According to the big data analysis-based Beidou short message service optimization system of the Beidou short message service optimization method, the Beidou short message service optimization system comprises the following steps:
an antenna; the input end of the low-noise amplifier is connected with the output end of the antenna; the system comprises a radio frequency and anti-interference module, wherein the input end of the radio frequency and anti-interference module is connected with the output end of a low noise amplifier and a plurality of cluster terminals, one signal output end of the radio frequency and anti-interference module is connected with the plurality of cluster terminals through an optical fiber transmission unit, a big data analysis module, the other signal output end of the radio frequency and anti-interference module is connected with the input end of the big data analysis module through an optical fiber transmission unit, and the control end of the big data analysis module is connected with the plurality of cluster terminals so as to distribute the cluster terminals according to a Beidou short message service optimization method.
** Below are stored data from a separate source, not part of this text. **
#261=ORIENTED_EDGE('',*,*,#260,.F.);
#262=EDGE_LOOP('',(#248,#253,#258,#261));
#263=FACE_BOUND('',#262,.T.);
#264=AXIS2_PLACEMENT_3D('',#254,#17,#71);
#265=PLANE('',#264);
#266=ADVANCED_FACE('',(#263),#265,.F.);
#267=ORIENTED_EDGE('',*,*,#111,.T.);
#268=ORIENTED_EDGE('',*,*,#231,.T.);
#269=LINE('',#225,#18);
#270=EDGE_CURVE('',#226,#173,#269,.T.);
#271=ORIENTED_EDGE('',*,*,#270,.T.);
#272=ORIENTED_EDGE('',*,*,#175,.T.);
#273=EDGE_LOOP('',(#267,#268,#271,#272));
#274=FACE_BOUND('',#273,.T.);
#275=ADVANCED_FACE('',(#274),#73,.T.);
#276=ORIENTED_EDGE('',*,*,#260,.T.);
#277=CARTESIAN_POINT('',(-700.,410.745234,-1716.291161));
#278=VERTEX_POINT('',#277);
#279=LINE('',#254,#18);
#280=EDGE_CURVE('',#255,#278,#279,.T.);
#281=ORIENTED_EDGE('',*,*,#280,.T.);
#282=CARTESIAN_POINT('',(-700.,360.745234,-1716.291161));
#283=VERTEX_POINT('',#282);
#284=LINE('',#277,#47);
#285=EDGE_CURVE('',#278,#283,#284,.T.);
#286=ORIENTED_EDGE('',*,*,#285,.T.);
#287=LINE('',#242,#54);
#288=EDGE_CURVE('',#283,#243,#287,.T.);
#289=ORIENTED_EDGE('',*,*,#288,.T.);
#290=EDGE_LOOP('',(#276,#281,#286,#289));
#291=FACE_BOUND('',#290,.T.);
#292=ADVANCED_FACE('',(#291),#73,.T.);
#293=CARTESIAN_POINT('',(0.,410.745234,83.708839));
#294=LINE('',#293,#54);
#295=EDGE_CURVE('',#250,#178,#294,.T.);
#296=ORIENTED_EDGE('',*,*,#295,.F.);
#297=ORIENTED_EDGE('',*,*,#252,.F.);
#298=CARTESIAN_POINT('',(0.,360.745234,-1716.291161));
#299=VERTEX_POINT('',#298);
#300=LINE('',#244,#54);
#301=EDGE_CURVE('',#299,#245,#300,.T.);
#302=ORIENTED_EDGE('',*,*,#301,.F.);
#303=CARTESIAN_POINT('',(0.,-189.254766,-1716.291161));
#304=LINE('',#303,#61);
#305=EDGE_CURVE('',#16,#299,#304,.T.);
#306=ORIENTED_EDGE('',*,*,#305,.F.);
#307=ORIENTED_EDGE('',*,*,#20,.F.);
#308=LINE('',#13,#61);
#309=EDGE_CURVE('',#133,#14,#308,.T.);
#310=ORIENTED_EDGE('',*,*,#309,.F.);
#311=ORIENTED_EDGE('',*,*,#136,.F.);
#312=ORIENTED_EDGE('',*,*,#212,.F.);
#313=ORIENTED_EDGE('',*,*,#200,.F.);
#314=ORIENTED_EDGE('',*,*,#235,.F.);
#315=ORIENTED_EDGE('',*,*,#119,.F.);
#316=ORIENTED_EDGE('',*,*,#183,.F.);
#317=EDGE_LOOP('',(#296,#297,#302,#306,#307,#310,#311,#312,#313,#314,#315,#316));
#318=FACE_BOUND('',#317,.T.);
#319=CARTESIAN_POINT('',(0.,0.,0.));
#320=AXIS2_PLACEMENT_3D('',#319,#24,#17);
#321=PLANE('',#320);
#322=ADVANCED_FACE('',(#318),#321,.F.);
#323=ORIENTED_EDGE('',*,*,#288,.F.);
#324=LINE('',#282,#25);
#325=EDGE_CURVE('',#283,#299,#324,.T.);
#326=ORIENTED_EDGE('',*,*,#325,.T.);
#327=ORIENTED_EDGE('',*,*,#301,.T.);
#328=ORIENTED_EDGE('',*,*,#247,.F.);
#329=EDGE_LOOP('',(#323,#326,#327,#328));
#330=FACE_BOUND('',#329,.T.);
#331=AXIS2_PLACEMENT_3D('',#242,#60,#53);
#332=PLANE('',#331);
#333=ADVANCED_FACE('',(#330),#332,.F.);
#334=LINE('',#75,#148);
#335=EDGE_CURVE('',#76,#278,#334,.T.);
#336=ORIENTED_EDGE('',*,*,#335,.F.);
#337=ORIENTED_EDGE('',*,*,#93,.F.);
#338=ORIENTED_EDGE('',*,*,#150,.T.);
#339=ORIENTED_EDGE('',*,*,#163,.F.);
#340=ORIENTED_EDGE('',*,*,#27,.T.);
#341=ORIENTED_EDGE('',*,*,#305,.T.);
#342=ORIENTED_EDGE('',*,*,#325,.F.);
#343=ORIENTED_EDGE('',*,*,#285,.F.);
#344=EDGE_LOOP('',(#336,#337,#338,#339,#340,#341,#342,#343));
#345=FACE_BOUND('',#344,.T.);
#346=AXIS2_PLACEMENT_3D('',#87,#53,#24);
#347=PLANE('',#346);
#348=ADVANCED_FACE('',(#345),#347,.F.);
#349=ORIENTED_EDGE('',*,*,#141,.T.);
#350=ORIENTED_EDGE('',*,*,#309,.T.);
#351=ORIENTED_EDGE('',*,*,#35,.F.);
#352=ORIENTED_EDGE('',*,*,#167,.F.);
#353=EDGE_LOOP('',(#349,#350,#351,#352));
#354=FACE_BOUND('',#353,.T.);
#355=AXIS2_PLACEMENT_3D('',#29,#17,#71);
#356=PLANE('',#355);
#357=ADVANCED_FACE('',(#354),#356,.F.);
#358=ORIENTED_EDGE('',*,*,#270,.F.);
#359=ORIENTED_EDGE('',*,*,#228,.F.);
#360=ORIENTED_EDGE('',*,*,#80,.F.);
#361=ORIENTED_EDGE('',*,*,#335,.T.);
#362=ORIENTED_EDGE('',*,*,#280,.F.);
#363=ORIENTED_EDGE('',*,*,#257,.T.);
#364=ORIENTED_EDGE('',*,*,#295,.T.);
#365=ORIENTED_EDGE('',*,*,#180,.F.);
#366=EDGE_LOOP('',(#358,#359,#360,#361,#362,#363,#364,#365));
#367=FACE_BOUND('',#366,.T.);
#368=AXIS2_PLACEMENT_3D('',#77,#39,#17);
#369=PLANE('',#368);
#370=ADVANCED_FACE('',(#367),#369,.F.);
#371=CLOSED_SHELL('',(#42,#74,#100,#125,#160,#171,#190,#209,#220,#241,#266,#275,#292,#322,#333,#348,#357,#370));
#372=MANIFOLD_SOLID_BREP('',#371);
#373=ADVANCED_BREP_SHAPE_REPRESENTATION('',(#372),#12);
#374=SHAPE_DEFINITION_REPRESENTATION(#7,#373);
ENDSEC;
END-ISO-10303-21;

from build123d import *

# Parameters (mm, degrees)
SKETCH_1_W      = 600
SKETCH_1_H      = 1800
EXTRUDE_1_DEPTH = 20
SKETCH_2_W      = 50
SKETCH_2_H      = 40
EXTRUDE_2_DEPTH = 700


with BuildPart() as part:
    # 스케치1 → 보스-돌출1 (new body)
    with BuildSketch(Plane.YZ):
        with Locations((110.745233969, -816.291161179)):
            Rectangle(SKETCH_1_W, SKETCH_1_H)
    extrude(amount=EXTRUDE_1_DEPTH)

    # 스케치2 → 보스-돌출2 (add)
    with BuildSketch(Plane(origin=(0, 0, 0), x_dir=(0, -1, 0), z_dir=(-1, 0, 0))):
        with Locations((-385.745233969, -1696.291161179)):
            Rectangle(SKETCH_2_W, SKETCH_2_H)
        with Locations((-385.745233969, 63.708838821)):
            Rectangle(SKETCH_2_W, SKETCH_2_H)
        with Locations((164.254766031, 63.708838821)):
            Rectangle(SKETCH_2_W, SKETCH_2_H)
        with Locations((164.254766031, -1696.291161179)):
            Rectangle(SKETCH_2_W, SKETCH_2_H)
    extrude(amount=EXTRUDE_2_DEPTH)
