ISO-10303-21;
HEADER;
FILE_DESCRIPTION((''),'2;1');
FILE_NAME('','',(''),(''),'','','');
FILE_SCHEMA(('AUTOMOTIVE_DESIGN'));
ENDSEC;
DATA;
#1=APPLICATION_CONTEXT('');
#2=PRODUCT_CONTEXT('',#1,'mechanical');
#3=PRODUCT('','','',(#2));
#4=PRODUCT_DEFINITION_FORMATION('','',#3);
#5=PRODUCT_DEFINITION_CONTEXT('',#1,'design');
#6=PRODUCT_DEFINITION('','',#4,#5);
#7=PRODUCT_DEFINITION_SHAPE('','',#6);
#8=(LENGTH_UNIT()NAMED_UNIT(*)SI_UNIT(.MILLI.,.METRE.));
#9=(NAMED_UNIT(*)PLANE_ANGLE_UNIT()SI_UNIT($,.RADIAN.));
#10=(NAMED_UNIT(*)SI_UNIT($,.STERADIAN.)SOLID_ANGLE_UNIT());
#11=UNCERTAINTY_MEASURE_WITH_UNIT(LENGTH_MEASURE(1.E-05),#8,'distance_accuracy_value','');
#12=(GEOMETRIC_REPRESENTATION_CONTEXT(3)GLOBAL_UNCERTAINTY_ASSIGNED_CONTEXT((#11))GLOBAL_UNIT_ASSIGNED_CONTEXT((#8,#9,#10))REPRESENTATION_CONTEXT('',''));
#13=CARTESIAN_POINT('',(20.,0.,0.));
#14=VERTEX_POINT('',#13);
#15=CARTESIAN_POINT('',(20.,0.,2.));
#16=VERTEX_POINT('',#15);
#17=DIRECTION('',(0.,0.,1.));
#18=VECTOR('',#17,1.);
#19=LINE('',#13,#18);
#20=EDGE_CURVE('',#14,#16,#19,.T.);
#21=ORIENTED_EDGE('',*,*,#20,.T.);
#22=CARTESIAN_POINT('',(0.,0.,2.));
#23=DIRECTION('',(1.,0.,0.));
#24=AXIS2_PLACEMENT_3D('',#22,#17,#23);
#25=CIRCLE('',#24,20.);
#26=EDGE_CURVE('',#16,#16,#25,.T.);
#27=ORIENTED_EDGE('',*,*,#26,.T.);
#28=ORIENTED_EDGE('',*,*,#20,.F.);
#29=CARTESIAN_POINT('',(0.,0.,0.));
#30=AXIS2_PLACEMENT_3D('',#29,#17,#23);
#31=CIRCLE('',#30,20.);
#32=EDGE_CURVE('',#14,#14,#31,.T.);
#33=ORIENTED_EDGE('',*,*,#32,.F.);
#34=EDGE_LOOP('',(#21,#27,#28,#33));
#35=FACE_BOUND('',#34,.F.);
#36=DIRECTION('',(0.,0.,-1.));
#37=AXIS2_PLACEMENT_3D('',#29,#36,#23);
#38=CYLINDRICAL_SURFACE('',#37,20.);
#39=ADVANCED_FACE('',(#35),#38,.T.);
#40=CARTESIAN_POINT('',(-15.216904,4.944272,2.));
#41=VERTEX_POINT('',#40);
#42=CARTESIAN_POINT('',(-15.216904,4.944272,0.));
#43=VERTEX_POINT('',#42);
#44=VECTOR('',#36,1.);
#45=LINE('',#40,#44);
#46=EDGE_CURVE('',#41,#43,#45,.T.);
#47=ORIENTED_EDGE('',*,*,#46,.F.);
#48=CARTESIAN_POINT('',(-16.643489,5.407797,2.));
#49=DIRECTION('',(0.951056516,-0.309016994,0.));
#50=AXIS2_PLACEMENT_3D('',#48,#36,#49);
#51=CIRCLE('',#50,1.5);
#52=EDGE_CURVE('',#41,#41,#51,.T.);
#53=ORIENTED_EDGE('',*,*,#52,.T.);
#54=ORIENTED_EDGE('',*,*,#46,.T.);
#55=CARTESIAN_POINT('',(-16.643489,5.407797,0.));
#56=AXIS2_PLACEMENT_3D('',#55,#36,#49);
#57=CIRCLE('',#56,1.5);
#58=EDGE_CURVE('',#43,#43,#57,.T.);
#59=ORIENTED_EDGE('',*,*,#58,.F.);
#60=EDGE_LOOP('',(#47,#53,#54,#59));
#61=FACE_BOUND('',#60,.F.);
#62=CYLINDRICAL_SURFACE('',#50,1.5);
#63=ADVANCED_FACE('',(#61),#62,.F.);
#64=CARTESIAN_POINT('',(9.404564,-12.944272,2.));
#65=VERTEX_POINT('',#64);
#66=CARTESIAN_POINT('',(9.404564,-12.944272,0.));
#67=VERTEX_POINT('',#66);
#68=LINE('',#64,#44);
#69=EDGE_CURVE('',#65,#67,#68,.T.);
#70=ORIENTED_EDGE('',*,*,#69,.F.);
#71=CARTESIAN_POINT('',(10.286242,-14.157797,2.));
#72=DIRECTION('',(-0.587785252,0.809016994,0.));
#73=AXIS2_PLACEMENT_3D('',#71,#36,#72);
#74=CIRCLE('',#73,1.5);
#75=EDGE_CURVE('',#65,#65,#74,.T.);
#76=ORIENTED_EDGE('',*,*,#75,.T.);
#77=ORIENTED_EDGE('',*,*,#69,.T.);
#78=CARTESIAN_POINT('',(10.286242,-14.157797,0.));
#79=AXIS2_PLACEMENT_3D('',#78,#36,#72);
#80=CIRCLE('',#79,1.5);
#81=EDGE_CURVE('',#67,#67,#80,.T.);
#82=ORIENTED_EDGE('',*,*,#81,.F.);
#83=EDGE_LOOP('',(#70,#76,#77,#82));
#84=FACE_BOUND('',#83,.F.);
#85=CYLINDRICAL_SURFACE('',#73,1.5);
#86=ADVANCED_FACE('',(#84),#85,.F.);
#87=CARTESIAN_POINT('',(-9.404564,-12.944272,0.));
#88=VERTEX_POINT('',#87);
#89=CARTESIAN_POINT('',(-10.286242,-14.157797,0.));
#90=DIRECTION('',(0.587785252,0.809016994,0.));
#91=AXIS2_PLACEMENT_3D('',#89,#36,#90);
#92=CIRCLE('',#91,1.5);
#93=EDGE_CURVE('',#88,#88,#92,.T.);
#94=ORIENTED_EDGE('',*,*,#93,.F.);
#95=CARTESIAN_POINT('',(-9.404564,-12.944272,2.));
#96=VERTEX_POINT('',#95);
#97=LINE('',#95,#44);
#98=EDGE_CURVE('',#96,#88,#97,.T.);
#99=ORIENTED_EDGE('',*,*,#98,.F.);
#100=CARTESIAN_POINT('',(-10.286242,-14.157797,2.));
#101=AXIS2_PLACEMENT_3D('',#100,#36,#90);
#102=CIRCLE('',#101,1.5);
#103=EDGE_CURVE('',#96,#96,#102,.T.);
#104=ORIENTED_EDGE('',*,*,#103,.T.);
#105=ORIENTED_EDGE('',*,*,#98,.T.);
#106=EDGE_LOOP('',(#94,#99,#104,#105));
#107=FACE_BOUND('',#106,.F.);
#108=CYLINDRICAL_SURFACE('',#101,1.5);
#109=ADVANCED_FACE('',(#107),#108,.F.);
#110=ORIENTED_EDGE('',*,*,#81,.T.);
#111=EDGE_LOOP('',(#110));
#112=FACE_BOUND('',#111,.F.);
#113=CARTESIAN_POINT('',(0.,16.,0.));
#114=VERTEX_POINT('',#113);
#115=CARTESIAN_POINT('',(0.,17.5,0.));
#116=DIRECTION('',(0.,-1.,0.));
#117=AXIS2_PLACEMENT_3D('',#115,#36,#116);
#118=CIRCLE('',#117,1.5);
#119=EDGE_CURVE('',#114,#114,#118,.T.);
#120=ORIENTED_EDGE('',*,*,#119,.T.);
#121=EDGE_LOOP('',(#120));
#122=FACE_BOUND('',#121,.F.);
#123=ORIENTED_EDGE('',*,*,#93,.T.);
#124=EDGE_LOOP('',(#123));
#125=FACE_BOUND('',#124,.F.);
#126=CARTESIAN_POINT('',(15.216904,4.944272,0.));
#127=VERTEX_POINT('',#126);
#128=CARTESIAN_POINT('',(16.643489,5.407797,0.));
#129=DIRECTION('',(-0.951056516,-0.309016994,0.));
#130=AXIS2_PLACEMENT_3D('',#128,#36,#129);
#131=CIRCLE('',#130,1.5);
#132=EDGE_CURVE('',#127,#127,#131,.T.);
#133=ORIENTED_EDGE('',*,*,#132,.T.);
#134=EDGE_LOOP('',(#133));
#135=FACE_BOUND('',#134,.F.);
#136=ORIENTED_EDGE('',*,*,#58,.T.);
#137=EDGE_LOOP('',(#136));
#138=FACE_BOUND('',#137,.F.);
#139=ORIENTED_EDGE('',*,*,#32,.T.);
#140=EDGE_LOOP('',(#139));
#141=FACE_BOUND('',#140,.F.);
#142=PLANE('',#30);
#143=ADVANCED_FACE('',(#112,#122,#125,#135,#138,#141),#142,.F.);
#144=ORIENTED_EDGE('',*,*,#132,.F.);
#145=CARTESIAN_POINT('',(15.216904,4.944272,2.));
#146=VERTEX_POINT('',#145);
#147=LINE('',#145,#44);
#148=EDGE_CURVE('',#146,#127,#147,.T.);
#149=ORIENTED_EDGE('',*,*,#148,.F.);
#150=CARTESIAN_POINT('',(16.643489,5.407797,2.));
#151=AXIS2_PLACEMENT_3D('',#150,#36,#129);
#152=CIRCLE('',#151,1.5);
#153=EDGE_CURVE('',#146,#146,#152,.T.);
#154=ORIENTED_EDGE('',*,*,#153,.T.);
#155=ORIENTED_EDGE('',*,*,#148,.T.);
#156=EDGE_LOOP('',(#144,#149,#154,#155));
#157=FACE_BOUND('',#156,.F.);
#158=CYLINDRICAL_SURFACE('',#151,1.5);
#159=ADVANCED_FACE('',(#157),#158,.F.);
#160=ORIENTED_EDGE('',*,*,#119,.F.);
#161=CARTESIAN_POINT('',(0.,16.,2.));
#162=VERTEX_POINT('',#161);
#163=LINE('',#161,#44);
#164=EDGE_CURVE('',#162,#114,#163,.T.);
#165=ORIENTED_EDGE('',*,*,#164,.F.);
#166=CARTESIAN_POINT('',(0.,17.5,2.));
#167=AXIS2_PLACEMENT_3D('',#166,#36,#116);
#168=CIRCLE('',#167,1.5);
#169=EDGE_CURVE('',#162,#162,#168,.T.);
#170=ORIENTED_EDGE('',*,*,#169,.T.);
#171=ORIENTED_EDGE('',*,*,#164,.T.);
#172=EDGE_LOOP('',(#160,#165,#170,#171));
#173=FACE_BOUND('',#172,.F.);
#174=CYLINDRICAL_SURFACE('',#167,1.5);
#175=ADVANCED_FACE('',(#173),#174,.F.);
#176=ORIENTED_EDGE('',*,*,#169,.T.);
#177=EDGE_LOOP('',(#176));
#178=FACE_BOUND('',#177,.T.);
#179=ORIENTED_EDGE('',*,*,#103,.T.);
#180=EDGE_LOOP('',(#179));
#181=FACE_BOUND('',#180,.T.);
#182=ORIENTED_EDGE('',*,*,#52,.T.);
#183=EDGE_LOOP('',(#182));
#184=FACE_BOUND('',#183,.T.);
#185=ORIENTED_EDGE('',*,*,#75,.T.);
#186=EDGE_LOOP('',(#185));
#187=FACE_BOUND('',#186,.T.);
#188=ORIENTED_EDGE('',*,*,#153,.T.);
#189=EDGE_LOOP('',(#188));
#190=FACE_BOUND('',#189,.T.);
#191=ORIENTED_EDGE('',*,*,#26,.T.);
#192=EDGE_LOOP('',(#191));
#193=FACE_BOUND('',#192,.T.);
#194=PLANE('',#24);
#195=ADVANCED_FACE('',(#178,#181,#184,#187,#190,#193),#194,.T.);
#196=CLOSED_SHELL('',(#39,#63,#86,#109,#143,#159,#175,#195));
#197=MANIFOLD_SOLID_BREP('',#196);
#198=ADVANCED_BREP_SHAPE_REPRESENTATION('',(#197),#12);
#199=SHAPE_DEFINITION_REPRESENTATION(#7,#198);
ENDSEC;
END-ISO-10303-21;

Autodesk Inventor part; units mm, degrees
ref_plane "YZ Plane" through (0, 0, 0) normal (1, 0, 0) x (0, 1, 0)
ref_plane "XZ Plane" through (0, 0, 0) normal (0, 1, 0) x (-1, 0, 0)
ref_plane "XY Plane" through (0, 0, 0) normal (0, 0, 1) x (1, 0, 0)
sketch "Sketch1" plane through (0, 0, 0) normal (0, 0, 1) x (1, 0, 0)
  circle A0 centre (0, 0) radius 20
  dimension "d0" = 40
extrude "Extrusion1" add sketch "Sketch1" along normal blind 2
sketch "Sketch2" plane through (0, 0, 2) normal (0, 0, 1) x (1, 0, 0)
  circle A0 centre (0, 0) radius 17.5 construction
  point P0 (0, 17.5)
  dimension "d3" = 35
hole "Hole1" at (0, 17.5, 2) direction (0, 0, -1) diameter 3 depth 2
pattern_circular "Circular Pattern1" count 5 over 360 about axis through (0, 0, 0) along (0, 0, 1) of "Hole1"
properties part number "35" material "Copper, Alloy"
The big data analysis-based Beidou short message service optimization method and system provided by the embodiment of the invention at least have the following technical effects: the embodiment of the invention can dynamically adjust and allocate the cluster terminal containing the signal processing unit according to actual conditions and requirements, reasonably allocate resources, maximize the utilization rate of the cluster terminal, improve the communication rate of users, and avoid the phenomenon that the cluster terminal in a certain area is in an idle state due to less communication traffic and the cluster terminal in the other area is in a busy state due to more communication traffic and even discards user information due to untimely processing, thereby having great significance for optimizing complex and changeable satellite communication.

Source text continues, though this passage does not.